# Cutler Hammer CH series



## user4818 (Jan 15, 2009)

Does anybody here install CH series panels on a regular basis? The reason I ask is that I picked up a few 200 amp CH-CH 42 circuit MB value packs at Lowes for a steep discount last week. The thing is, CH-CH is pretty rare in my area. Hardly anyone installs it and only a few suppliers keep it in stock. That's likely why the value packs were on clearance. :laughing:

All in all they look like nice panels. Copper bus and very sturdy.


----------



## william1978 (Sep 21, 2008)

You mean you will buy anything that is on clearance?


----------



## rivermanchris (Dec 27, 2009)

I have installed them for years, I think they are the best resi panel on the market. I buy so many of them I get them a good price, a much better box that square D.


----------



## DipsyDoodleDandy (Dec 21, 2009)

*price*

have a new built home as of July 2007 which has 2-200 amp Cutler Hammer electrical panels. On Monday, March 2,2009 the main breaker on one of the panels tripped. The reason the breaker tripped was because it was overheating/melting. We called the fire department and our electrician.

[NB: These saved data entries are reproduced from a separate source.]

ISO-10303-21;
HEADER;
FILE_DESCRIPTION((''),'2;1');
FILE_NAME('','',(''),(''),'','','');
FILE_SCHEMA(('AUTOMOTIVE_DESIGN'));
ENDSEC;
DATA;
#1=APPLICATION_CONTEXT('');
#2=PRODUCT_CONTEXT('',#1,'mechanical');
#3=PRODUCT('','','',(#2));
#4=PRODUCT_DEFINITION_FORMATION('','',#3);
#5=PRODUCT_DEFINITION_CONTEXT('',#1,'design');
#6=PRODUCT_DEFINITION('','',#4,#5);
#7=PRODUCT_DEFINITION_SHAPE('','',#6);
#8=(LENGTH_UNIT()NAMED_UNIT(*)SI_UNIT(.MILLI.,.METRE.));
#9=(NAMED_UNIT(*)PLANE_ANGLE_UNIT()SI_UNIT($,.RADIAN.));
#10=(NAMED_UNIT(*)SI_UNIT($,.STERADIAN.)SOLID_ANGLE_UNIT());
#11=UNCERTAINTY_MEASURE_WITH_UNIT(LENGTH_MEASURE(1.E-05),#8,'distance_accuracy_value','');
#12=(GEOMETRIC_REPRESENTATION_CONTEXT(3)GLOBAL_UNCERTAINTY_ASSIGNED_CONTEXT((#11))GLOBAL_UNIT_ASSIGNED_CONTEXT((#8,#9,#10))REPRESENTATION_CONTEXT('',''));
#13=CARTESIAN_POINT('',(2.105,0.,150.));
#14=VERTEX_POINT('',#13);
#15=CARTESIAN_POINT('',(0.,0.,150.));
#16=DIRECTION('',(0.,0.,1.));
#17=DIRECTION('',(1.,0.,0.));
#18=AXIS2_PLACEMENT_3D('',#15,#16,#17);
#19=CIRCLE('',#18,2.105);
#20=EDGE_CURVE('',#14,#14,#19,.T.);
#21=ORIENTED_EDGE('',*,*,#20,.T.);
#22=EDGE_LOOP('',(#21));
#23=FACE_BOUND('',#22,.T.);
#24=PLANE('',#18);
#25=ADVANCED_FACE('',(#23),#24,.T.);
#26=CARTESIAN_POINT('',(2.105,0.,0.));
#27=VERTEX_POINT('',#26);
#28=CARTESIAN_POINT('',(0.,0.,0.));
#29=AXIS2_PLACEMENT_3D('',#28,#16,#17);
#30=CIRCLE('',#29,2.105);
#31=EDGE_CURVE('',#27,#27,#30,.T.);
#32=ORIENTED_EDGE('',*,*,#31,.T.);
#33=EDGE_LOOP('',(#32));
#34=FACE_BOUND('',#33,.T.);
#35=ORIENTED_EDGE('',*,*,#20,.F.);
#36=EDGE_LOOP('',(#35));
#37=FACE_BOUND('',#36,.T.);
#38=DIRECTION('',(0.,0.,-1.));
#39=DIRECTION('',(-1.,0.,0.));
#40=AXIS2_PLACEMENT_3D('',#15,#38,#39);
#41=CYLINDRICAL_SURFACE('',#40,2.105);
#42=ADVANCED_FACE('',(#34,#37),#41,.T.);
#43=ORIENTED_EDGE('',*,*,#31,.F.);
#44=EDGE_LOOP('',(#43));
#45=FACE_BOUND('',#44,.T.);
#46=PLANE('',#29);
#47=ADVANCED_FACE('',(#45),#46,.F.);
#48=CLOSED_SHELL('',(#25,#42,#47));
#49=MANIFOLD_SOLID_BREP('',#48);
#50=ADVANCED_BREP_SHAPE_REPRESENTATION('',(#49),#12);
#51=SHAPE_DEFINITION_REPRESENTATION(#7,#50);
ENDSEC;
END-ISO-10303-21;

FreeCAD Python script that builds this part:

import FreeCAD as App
import Part
import Sketcher

V = App.Vector

doc = App.newDocument("Part")
body = doc.addObject("PartDesign::Body", "Body")

# Sketch on XY plane
sketch1 = body.newObject("Sketcher::SketchObject", "Sketch")
sketch1.AttachmentSupport = (doc.getObject("XY_Plane"), [""])
sketch1.MapMode = "FlatFace"
sketch1.addGeometry(Part.Circle(V(0, 0, 0), V(0, 0, 1), 2.105), False)
sketch1.addConstraint([
    Sketcher.Constraint("Coincident", 0, 3, -1, 1),
    Sketcher.Constraint("Diameter", 0, 4.21),
])
pad1 = body.newObject("PartDesign::Pad", "Pad")
pad1.Profile = sketch1
pad1.Length = 150

doc.recompute()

The fire department said we were lucky that the breaker tripped or we would've had a house fire. My electrician determined that the reason the breaker tripped/overheated/melted was the two bolts that are below the main breaker are supposed to be tightened down from the factory and they weren't properly tightened down. They were loose and this generates heat.

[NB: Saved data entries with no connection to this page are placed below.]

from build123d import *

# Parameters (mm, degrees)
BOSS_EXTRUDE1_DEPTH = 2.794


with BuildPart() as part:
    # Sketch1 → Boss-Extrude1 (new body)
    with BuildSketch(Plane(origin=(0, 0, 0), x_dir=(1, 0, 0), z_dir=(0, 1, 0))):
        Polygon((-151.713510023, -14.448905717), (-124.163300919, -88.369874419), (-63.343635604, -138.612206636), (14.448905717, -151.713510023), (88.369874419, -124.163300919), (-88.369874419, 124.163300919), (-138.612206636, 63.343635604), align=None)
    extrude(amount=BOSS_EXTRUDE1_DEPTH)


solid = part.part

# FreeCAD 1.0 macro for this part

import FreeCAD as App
import Part
import Sketcher
from FreeCAD import Vector
Q = App.Units.Quantity


def add_polygon(sketch, points):
    """Adds a closed chain of lines whose ends are joined by coincident constraints."""
    first, n = sketch.GeometryCount, len(points)
    for a, b in zip(points, points[1:] + points[:1]):
        sketch.addGeometry(Part.LineSegment(App.Vector(*a, 0), App.Vector(*b, 0)), False)
    for i in range(n):
        sketch.addConstraint(Sketcher.Constraint("Coincident", first + i, 2, first + (i + 1) % n, 1))

doc = App.newDocument("Part")
body = doc.addObject("PartDesign::Body", "Body")

sketch1 = body.newObject("Sketcher::SketchObject", "Sketch")
sketch1.AttachmentSupport = (doc.getObject("XZ_Plane"), [""])
sketch1.MapMode = "FlatFace"
add_polygon(sketch1, [(-152, 14), (-124, 88), (-63, 139), (14, 152), (88, 124), (-88, -124), (-139, -63)])
sketch1.addConstraint([
    Sketcher.Constraint("Symmetric", 3, 2, 4, 2, -1, 1),
    Sketcher.Constraint("Perpendicular", 0, 3),
    Sketcher.Constraint("Perpendicular", 1, 5),
    Sketcher.Constraint("Perpendicular", 2, 6),
    Sketcher.Constraint("Equal", 0, 1),
    Sketcher.Constraint("Equal", 1, 2),
    Sketcher.Constraint("Equal", 2, 3),
    Sketcher.Constraint("Equal", 3, 5),
    Sketcher.Constraint("Equal", 5, 6),
    Sketcher.Constraint("Distance", 4, Q("12 in")),
    Sketcher.Constraint("DistanceX", 0, 2, -1, 1, Q("124.163301 mm")),
    Sketcher.Constraint("DistanceY", 6, 2, 1, 2, Q("124.163301 mm")),
    Sketcher.Constraint("DistanceY", -1, 1, 2, 2, Q("151.71351 mm")),
])
pad1 = body.newObject("PartDesign::Pad", "Pad")
pad1.Profile = sketch1
pad1.Length = Q("0.11 in")
pad1.Reversed = True

doc.recompute()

Our electrician checked our other 200 amp panel and determined that two bolts were not properly tightened down from the factory, which also could have caused the same problem if not worse. I have written Eaton Corp to complain about their panel and see if they are will to take monetary responsibility for their product.

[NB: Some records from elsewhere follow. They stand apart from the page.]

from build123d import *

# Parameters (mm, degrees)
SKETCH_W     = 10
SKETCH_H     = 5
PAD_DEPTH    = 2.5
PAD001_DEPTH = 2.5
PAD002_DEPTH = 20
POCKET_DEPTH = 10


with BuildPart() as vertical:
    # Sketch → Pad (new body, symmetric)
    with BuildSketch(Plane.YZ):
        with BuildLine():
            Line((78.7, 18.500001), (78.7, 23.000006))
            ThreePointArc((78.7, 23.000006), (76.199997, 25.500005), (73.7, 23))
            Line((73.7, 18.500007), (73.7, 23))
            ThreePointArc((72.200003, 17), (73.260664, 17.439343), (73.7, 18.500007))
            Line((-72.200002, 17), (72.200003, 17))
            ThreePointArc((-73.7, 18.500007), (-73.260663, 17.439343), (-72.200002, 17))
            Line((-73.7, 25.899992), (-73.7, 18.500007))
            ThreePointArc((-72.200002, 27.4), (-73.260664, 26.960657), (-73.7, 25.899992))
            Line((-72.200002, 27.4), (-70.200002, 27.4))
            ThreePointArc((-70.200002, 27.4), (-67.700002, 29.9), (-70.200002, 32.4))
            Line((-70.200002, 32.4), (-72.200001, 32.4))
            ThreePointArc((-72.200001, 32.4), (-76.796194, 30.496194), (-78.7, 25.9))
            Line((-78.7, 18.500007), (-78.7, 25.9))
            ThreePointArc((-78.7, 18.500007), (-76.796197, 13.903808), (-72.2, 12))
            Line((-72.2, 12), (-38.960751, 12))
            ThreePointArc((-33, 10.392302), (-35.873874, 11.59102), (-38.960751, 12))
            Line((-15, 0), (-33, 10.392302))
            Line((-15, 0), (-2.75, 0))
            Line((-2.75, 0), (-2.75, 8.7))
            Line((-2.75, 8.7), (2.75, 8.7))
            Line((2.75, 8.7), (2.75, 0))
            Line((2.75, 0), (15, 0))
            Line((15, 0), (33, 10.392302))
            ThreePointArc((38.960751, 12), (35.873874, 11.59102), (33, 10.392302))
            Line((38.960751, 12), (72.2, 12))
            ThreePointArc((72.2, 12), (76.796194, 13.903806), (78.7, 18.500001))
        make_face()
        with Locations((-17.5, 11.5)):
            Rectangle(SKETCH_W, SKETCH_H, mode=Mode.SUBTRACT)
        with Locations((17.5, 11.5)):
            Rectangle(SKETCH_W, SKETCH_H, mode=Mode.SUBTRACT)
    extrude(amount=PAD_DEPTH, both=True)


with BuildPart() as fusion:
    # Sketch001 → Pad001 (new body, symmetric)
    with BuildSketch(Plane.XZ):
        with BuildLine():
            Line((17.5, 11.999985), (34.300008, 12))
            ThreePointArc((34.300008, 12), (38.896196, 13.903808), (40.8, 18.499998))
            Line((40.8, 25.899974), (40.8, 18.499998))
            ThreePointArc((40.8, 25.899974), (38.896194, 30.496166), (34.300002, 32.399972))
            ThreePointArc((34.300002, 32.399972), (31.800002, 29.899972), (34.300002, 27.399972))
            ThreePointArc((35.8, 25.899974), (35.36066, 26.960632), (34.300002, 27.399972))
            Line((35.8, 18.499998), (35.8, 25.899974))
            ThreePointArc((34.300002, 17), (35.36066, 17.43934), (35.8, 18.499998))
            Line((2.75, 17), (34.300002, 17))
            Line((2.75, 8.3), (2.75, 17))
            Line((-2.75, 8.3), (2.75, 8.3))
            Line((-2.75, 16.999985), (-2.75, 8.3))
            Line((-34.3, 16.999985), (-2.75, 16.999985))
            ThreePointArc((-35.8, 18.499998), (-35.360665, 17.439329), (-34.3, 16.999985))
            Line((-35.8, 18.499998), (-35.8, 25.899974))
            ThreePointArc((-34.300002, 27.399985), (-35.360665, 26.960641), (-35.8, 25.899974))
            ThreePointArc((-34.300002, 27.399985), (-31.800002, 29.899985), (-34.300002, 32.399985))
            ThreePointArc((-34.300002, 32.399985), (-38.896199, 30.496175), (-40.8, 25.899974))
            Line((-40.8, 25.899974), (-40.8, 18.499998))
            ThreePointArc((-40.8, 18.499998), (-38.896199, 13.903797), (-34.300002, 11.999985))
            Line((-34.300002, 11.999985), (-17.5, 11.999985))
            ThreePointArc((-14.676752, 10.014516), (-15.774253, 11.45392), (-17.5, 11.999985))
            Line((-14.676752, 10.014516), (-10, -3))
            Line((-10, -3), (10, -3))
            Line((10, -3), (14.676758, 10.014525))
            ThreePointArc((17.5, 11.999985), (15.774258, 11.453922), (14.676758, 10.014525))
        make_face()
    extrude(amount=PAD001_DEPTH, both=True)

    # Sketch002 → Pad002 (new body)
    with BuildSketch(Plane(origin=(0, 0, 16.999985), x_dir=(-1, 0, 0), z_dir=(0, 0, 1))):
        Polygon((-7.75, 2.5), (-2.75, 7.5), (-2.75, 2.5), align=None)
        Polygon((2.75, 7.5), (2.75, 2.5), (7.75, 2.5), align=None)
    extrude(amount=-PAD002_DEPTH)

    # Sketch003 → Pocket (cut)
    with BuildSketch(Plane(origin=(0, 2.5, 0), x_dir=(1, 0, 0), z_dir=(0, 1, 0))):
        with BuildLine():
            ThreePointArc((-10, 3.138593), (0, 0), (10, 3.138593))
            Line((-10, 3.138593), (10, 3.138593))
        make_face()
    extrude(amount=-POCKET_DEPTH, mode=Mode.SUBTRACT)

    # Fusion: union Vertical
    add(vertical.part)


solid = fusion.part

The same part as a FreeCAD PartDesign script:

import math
import FreeCAD as App
import Part
import Sketcher

V = App.Vector
Q = App.Units.Quantity

doc = App.newDocument("Part")
body = doc.addObject("PartDesign::Body", "Body")

# Sketch on YZ plane
sketch1 = body.newObject("Sketcher::SketchObject", "Sketch")
sketch1.AttachmentSupport = (doc.getObject("YZ_Plane"), [""])
sketch1.MapMode = "FlatFace"
sketch1.addGeometry([
    Part.LineSegment(V(78.7, 18.5, 0), V(78.7, 23, 0)),  # 0
    Part.ArcOfCircle(Part.Circle(V(76.2, 23, 0), V(0, 0, 1), 2.5), math.radians(0), math.radians(180)),  # 1
    Part.LineSegment(V(73.7, 23, 0), V(73.7, 18.5, 0)),  # 2
    Part.ArcOfCircle(Part.Circle(V(72.2, 18.5, 0), V(0, 0, 1), 1.5), math.radians(-90), math.radians(0)),  # 3
    Part.LineSegment(V(72.2, 17, 0), V(-72.2, 17, 0)),  # 4
    Part.ArcOfCircle(Part.Circle(V(-72.2, 18.5, 0), V(0, 0, 1), 1.5), math.radians(180), math.radians(270)),  # 5
    Part.LineSegment(V(-73.7, 18.5, 0), V(-73.7, 25.9, 0)),  # 6
    Part.ArcOfCircle(Part.Circle(V(-72.2, 25.9, 0), V(0, 0, 1), 1.5), math.radians(90), math.radians(180)),  # 7
    Part.LineSegment(V(-72.2, 27.4, 0), V(-70.2, 27.4, 0)),  # 8
    Part.ArcOfCircle(Part.Circle(V(-70.2, 29.9, 0), V(0, 0, 1), 2.5), math.radians(-90), math.radians(90)),  # 9
    Part.LineSegment(V(-70.2, 32.4, 0), V(-72.2, 32.4, 0)),  # 10
    Part.ArcOfCircle(Part.Circle(V(-72.2, 25.9, 0), V(0, 0, 1), 6.5), math.radians(90), math.radians(180)),  # 11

I now have a bill of *791.50* from my electrician that I have to pay due to faulty craftsmanship on Cutler Hammer's part. I feel other consumers who have this product should be informed about this problem so that they can have their electrician check it and make sure that it is tightened down properly possibly preventing a fire.

791.00 to tighten 2 bolts??? Is this Gold Metal? More to the story?



Read more: http://www.consumeraffairs.com/homeowners/cutler_hammer.html#ixzz0cMbCSFFS


----------



## user4818 (Jan 15, 2009)

DipsyDoodleDandy said:


> have a new built home as of July 2007 which has 2-200 amp Cutler Hammer electrical panels. ....


:blink:

Have another one. :drink:


----------



## Zog (Apr 15, 2009)

Sounds like a installation issue, not a manufactures issue.


----------



## crazymurph (Aug 19, 2009)

DipsyDoodleDandy said:


> have a new built home as of July 2007 which has 2-200 amp Cutler Hammer electrical panels. On Monday, March 2,2009 the main breaker on one of the panels tripped. The reason the breaker tripped was because it was overheating/melting. We called the fire department and our electrician.
> 
> The fire department said we were lucky that the breaker tripped or we would've had a house fire. My electrician determined that the reason the breaker tripped/overheated/melted was the two bolts that are below the main breaker are supposed to be tightened down from the factory and they weren't properly tightened down. They were loose and this generates heat.
> 
> ...


 
This can happen with any product you buy today. I would say that was an isolated case. CH is the Cadillac of residential panels.


----------



## DipsyDoodleDandy (Dec 21, 2009)

*...*

I'm more interested in charging 791.50 to tighen 2 bolts. Is that in the price book? How can you come up with that weird ass number?


----------



## Mountain Electrician (Jan 22, 2007)

Haven't installed a CH panel in over 20 years, but "back in the day" they were neck and neck with QO. 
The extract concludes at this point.